Alberto Giovanni Biuso è professore ordinario di Filosofia teoretica nel «Dipartimento di Scienze Umanistiche» dell’Università di Catania dove insegna Filosofia teoretica, Metafisica e Filosofia delle menti artificiali. Ha anche insegnato Epistemologia, Sociologia della cultura e Storia dell’estetica.  Tema privilegiato della sua ricerca è il tempo, in particolare la relazione tra temporalità e metafisica. Si occupa inoltre della mente come dispositivo semantico; della vitalità delle filosofie e delle religioni pagane; delle strutture ontologiche e dei fondamenti politici di Internet; della questione animale come luogo di superamento del paradigma umanistico. Il suo libro più recente è Ždanov. Sul politicamente corretto (Algra Editore, 2024). Il suo sito web è www.biuso.eu

Recensione a
P. Amato; Trincee della filosofia. Heidegger e la grande guerra, Mimesis, Milano-Udine 2022, pp. 130, € 12,00.

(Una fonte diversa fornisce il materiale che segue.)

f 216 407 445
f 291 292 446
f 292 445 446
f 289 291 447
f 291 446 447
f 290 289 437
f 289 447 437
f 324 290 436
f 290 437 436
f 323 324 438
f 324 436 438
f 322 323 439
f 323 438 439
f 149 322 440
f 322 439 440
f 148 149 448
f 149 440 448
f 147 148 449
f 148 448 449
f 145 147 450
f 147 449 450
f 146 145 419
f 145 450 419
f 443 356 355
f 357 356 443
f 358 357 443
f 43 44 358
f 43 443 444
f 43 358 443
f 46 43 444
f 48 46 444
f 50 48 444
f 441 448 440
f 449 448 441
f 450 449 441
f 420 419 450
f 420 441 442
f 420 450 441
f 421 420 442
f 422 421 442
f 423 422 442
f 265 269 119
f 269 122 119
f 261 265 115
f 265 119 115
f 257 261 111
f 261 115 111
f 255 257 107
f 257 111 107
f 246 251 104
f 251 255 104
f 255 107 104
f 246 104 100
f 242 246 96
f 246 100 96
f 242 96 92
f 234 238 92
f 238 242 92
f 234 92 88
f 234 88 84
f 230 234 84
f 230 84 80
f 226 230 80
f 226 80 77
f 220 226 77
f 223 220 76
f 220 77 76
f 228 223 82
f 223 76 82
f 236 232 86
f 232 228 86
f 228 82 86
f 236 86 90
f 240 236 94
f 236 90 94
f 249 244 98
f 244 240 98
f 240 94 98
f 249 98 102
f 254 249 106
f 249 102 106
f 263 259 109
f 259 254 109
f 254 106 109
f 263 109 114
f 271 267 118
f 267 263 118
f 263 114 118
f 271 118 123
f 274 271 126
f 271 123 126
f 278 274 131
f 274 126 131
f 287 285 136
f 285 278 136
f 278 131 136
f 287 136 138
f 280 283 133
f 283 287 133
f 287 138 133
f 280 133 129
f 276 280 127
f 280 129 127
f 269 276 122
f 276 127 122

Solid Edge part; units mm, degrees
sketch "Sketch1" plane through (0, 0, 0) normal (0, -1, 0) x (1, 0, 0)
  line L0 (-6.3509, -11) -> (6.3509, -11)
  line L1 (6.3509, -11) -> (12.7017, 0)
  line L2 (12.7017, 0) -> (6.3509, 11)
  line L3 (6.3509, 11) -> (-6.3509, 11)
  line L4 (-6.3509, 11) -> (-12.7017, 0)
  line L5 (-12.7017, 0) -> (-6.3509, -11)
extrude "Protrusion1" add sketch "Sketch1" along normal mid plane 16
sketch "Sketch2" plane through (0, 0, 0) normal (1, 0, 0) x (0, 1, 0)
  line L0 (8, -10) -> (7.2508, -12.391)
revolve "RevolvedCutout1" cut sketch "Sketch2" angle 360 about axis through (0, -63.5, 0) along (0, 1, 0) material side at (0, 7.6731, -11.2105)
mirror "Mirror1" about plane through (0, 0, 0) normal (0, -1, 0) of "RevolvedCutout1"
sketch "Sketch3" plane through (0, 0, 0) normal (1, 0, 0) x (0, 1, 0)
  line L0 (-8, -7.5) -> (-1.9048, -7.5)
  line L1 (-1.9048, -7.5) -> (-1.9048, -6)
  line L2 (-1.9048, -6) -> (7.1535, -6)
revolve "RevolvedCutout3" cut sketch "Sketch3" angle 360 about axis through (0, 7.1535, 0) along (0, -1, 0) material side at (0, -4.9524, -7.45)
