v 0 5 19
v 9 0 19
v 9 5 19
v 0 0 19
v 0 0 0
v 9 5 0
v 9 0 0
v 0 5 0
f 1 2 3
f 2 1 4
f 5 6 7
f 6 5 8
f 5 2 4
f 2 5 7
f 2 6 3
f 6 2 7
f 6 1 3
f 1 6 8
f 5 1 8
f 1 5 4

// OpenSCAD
// Generated by SolidPython 1.0.1 on 2020-07-29 00:46:55


cube(size = [9, 5, 19]);
/***********************************************
*********      SolidPython code:      **********
************************************************
 
# import packages: SolidPython
from solid import *
from solid.utils import *
from itertools import chain, combinations, permutations


class Resize:

    def __init__(self, scad_file):
        self.scad_file = scad_file
        #self.scad_file = import_scad(scad_file)
        # cone/cylinder param:
        self.r1 = 0
        self.r2 = 0
        self.h = 0
        # rectangular prism param:
        self.w = 0
        self.l = 0
        # ellipse param:
        self.r = 0

    # import OpenScad code (file name corresponds to shape)


    # classify shape + parameters
    def assign(self, param1, param2, param3):
        if self.scad_file == 'cone.scad':
            self.r1 = param1
            self.r2 = param2
            self.h = param3
        elif self.scad_file == 'cylinder.scad':
            self.r1 = param1
            self.r2 = param2
            self.h = param3
        elif self.scad_file == 'rectangularPrism.scad':
            self.h = param1
            self.l = param2
            self.w = param3
        else:
            self.r = param1
            self.h = param2

    # resize parameters
    def iterate(self):
        x = range(3, 20, 2)
        i = 1
        if self.scad_file == 'cone.scad':
            tempList = list(permutations(x, 2))
            for temp in tempList:
                param1 = temp[0]
                param2 = temp[1]
                filepath = 'produced_scad_files/' + 'cone' + str(param1) + '_' + str(param2) + '_' + '.scad'
                scad_render_to_file(cylinder(h=param1, r1=param2, r2=0), filepath)

        elif self.scad_file == 'cylinder.scad':
            tempList = list(permutations(x, 3))
            for temp in tempList:
                param1 = temp[0]
                param2 = temp[1]
                filepath = 'produced_scad_files/' + 'cylinder' + str(param1) + '_' + str(param2) + '_' + '.scad'
                scad_render_to_file(cylinder(h=param1, r1=param2, r2=param2), filepath)

        elif self.scad_file == 'rectangularPrism.scad':
            tempList = list(permutations(x, 3))
            for temp in tempList:
                param1 = temp[0]
                param2 = temp[1]
                param3 = temp[2]
                filepath = 'produced_scad_files/' + 'rectangularPrism' + str(param1) + '_' + str(param2) + '_' + str(
                    param3) + '.scad'
                scad_render_to_file(cube(size=(param1, param2, param3)), filepath)

        elif self.scad_file == 'ellipse.scad':
            tempList = list(permutations(x, 4))
            for temp in tempList:
                param1 = temp[0]
                param2 = temp[1]
                param3 = temp[2]
                param4 = temp[3]
                filepath = 'produced_scad_files/' + 'ellipse' + str(param1) + '_' + str(param2) + '_' + str(param3) + '_' + str(param4) + '.scad'
                scad_render_to_file(scale([param1, param2, param3])(sphere(r=param4)), filepath)

    def render_to_scadfile(self):
        scad_render_to_file(scad, 'example.scad') 
 
************************************************/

Campeggiano i papaveri sulla copertina di questo libro. I papaveri che rifioriscono sempre, anche sui campi che videro massacri infiniti e milioni di morti. Quei campi, e molti musei e memoriali d’Europa, Pierandrea Amato ha percorso e ne dà conto nelle pagine dove racconta il pellegrinaggio dentro l’orrore, in luoghi nei quali ha visto, percepito e anche ascoltato la guerra «per quel che è: un affare di carne e di viscere» (p. 99).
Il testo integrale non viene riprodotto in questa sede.